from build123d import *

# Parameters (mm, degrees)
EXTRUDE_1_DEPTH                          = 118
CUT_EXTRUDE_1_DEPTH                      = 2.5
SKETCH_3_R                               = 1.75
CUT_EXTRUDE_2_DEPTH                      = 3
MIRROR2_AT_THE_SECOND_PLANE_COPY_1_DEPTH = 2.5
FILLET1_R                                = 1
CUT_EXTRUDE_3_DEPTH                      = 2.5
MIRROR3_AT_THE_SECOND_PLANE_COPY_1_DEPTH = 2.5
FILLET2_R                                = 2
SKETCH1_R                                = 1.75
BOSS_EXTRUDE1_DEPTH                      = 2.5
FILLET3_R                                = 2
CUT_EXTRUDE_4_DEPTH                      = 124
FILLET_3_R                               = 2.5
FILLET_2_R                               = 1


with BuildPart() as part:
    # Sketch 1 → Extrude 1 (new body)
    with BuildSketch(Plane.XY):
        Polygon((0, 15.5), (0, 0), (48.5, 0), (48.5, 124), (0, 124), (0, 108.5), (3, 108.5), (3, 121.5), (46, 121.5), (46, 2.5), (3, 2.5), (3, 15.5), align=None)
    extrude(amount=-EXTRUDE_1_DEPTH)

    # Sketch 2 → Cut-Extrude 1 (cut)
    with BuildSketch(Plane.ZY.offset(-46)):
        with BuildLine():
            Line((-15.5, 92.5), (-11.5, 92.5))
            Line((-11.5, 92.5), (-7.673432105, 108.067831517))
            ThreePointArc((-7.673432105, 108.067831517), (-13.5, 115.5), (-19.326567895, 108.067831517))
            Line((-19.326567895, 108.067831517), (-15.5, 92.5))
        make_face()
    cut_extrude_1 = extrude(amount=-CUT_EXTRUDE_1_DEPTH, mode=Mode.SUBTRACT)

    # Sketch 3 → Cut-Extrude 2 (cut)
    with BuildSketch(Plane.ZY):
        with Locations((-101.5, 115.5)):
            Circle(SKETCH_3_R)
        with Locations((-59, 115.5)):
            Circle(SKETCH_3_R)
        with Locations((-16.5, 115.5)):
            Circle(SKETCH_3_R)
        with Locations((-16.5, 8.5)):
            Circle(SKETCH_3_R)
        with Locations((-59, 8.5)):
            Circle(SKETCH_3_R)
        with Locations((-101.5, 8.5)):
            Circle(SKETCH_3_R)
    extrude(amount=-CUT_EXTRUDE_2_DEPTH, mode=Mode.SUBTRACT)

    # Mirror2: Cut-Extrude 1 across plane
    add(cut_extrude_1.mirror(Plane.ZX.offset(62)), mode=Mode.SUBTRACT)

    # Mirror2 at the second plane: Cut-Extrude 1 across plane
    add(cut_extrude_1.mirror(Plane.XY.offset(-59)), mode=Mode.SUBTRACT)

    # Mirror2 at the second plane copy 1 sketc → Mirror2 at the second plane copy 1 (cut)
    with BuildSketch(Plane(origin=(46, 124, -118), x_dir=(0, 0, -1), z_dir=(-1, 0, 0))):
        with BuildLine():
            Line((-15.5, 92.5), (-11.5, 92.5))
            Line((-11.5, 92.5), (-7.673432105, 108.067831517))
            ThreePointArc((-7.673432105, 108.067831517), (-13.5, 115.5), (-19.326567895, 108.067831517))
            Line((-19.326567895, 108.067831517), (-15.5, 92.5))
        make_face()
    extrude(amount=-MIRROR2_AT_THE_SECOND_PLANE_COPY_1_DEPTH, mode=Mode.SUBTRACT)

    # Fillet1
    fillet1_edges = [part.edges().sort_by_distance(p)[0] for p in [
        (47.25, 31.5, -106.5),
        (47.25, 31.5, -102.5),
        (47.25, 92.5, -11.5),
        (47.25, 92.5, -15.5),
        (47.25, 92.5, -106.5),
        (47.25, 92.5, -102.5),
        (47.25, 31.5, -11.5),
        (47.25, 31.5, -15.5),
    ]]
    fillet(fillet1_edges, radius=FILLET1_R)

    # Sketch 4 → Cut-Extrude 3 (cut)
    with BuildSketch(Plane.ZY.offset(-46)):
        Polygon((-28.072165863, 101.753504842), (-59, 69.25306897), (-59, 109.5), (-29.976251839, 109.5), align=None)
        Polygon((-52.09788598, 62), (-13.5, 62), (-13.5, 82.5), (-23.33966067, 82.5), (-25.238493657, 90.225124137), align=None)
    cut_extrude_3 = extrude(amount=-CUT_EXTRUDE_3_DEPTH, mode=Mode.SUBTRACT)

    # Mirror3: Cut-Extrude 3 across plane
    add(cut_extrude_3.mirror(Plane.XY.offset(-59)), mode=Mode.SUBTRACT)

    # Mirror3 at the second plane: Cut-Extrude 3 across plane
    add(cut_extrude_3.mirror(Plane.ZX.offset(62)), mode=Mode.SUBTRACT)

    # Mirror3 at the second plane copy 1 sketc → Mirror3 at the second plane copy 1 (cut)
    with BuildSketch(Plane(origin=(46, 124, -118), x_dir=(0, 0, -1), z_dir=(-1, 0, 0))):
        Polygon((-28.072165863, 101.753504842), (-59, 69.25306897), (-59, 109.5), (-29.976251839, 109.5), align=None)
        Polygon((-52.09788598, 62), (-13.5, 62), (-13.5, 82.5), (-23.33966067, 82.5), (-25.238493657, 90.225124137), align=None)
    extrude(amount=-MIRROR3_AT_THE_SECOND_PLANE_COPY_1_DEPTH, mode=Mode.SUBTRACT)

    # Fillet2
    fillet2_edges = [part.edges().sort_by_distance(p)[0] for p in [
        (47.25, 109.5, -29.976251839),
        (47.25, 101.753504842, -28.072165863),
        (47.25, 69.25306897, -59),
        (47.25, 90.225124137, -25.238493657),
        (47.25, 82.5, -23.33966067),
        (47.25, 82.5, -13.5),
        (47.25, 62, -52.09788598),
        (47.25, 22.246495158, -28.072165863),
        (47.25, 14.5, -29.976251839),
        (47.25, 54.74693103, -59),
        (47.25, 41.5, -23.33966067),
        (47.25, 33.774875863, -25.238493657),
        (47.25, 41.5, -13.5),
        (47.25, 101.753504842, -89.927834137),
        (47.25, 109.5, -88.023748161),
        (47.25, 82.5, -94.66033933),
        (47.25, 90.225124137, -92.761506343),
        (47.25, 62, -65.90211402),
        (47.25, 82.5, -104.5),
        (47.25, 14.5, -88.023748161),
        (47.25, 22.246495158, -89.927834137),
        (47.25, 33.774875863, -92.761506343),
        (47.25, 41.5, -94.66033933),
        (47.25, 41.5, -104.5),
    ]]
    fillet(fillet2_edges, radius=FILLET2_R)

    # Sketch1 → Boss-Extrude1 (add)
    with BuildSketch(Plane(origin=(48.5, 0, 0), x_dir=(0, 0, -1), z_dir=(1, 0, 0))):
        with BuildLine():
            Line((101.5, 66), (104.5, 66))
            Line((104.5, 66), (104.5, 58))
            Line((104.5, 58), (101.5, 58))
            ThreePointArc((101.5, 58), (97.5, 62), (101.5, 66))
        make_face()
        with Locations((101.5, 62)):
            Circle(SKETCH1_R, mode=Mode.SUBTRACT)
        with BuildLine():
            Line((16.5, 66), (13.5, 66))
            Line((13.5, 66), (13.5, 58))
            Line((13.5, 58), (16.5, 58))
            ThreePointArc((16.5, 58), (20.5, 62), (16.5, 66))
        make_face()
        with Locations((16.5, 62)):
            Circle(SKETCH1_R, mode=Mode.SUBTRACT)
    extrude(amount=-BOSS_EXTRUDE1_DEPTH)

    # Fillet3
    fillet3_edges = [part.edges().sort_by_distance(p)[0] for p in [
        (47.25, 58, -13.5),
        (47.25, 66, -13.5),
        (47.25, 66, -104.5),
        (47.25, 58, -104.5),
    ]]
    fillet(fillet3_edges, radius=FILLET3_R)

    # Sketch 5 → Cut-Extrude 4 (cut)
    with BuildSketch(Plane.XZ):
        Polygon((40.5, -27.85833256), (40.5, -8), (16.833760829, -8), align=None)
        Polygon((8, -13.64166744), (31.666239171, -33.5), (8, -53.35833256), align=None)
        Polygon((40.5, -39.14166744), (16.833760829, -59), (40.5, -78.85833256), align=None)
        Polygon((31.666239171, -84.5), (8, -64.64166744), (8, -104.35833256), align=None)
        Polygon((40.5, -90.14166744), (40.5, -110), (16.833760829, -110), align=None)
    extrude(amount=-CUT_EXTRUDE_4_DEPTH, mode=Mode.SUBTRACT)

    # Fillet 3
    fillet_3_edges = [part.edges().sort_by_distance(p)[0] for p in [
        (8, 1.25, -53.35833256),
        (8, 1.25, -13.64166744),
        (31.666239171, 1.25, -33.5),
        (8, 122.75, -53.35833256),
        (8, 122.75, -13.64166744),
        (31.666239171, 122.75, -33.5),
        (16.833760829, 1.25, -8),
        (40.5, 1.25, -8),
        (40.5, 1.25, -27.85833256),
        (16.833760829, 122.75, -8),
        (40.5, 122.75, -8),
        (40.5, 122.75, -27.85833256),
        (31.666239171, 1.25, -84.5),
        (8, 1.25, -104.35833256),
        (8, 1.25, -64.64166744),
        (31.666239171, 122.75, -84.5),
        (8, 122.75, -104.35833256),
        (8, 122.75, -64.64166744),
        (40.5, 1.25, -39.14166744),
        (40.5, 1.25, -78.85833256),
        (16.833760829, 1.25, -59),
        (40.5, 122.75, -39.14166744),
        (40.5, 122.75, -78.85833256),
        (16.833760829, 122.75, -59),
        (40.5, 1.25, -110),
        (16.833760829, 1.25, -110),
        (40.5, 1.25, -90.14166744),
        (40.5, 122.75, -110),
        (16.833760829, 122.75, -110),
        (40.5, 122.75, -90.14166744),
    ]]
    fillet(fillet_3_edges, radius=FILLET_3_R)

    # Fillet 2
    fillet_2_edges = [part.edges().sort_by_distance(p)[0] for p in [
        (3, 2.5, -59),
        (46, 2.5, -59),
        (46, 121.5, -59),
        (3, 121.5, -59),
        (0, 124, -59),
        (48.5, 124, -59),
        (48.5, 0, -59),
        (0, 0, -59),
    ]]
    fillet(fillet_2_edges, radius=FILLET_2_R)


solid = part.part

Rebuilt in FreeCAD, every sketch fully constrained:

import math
import FreeCAD as App
import Part
import Sketcher
Q = App.Units.Quantity


def edges_at(feature, points):
    """Names of the edges that pass closest to the given points."""
    edges = feature.Shape.Edges
    near = lambda p: min(range(len(edges)), key=lambda i: edges[i].distToShape(Part.Vertex(*p))[0])
    return sorted({f"Edge{near(p) + 1}" for p in points})

doc = App.newDocument("Part")
body = doc.addObject("PartDesign::Body", "Body")

sketch1 = body.newObject("Sketcher::SketchObject", "Sketch")
sketch1.AttachmentSupport = (doc.getObject("XY_Plane"), [""])
sketch1.MapMode = "FlatFace"
sketch1.addGeometry([
    Part.LineSegment(App.Vector(0, 15.5, 0), App.Vector(0, 0, 0)),
    Part.LineSegment(App.Vector(0, 0, 0), App.Vector(48.5, 0, 0)),
    Part.LineSegment(App.Vector(48.5, 0, 0), App.Vector(48.5, 124, 0)),
    Part.LineSegment(App.Vector(48.5, 124, 0), App.Vector(0, 124, 0)),
    Part.LineSegment(App.Vector(0, 124, 0), App.Vector(0, 108.5, 0)),
    Part.LineSegment(App.Vector(0, 108.5, 0), App.Vector(3, 108.5, 0)),
    Part.LineSegment(App.Vector(3, 108.5, 0), App.Vector(3, 121.5, 0)),
    Part.LineSegment(App.Vector(3, 121.5, 0), App.Vector(46, 121.5, 0)),
    Part.LineSegment(App.Vector(46, 121.5, 0), App.Vector(46, 2.5, 0)),
    Part.LineSegment(App.Vector(46, 2.5, 0), App.Vector(3, 2.5, 0)),
    Part.LineSegment(App.Vector(3, 2.5, 0), App.Vector(3, 15.5, 0)),
    Part.LineSegment(App.Vector(3, 15.5, 0), App.Vector(0, 15.5, 0)),
], False)
sketch1.addConstraint([
    Sketcher.Constraint("Coincident", 0, 2, 1, 1),
    Sketcher.Constraint("Coincident", 1, 2, 2, 1),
+++
Instructions to follow | Copy the records above exactly, beginning at the line that contains "extrude(amount=-BOSS_EXTRUDE1_DEPTH)" and stopping after the line that contains "(40.5, -78.85833256), align=None)".

Completed exercise |
    extrude(amount=-BOSS_EXTRUDE1_DEPTH)

    # Fillet3
    fillet3_edges = [part.edges().sort_by_distance(p)[0] for p in [
        (47.25, 58, -13.5),
        (47.25, 66, -13.5),
        (47.25, 66, -104.5),
        (47.25, 58, -104.5),
    ]]
    fillet(fillet3_edges, radius=FILLET3_R)

    # Sketch 5 → Cut-Extrude 4 (cut)
    with BuildSketch(Plane.XZ):
        Polygon((40.5, -27.85833256), (40.5, -8), (16.833760829, -8), align=None)
        Polygon((8, -13.64166744), (31.666239171, -33.5), (8, -53.35833256), align=None)
        Polygon((40.5, -39.14166744), (16.833760829, -59), (40.5, -78.85833256), align=None)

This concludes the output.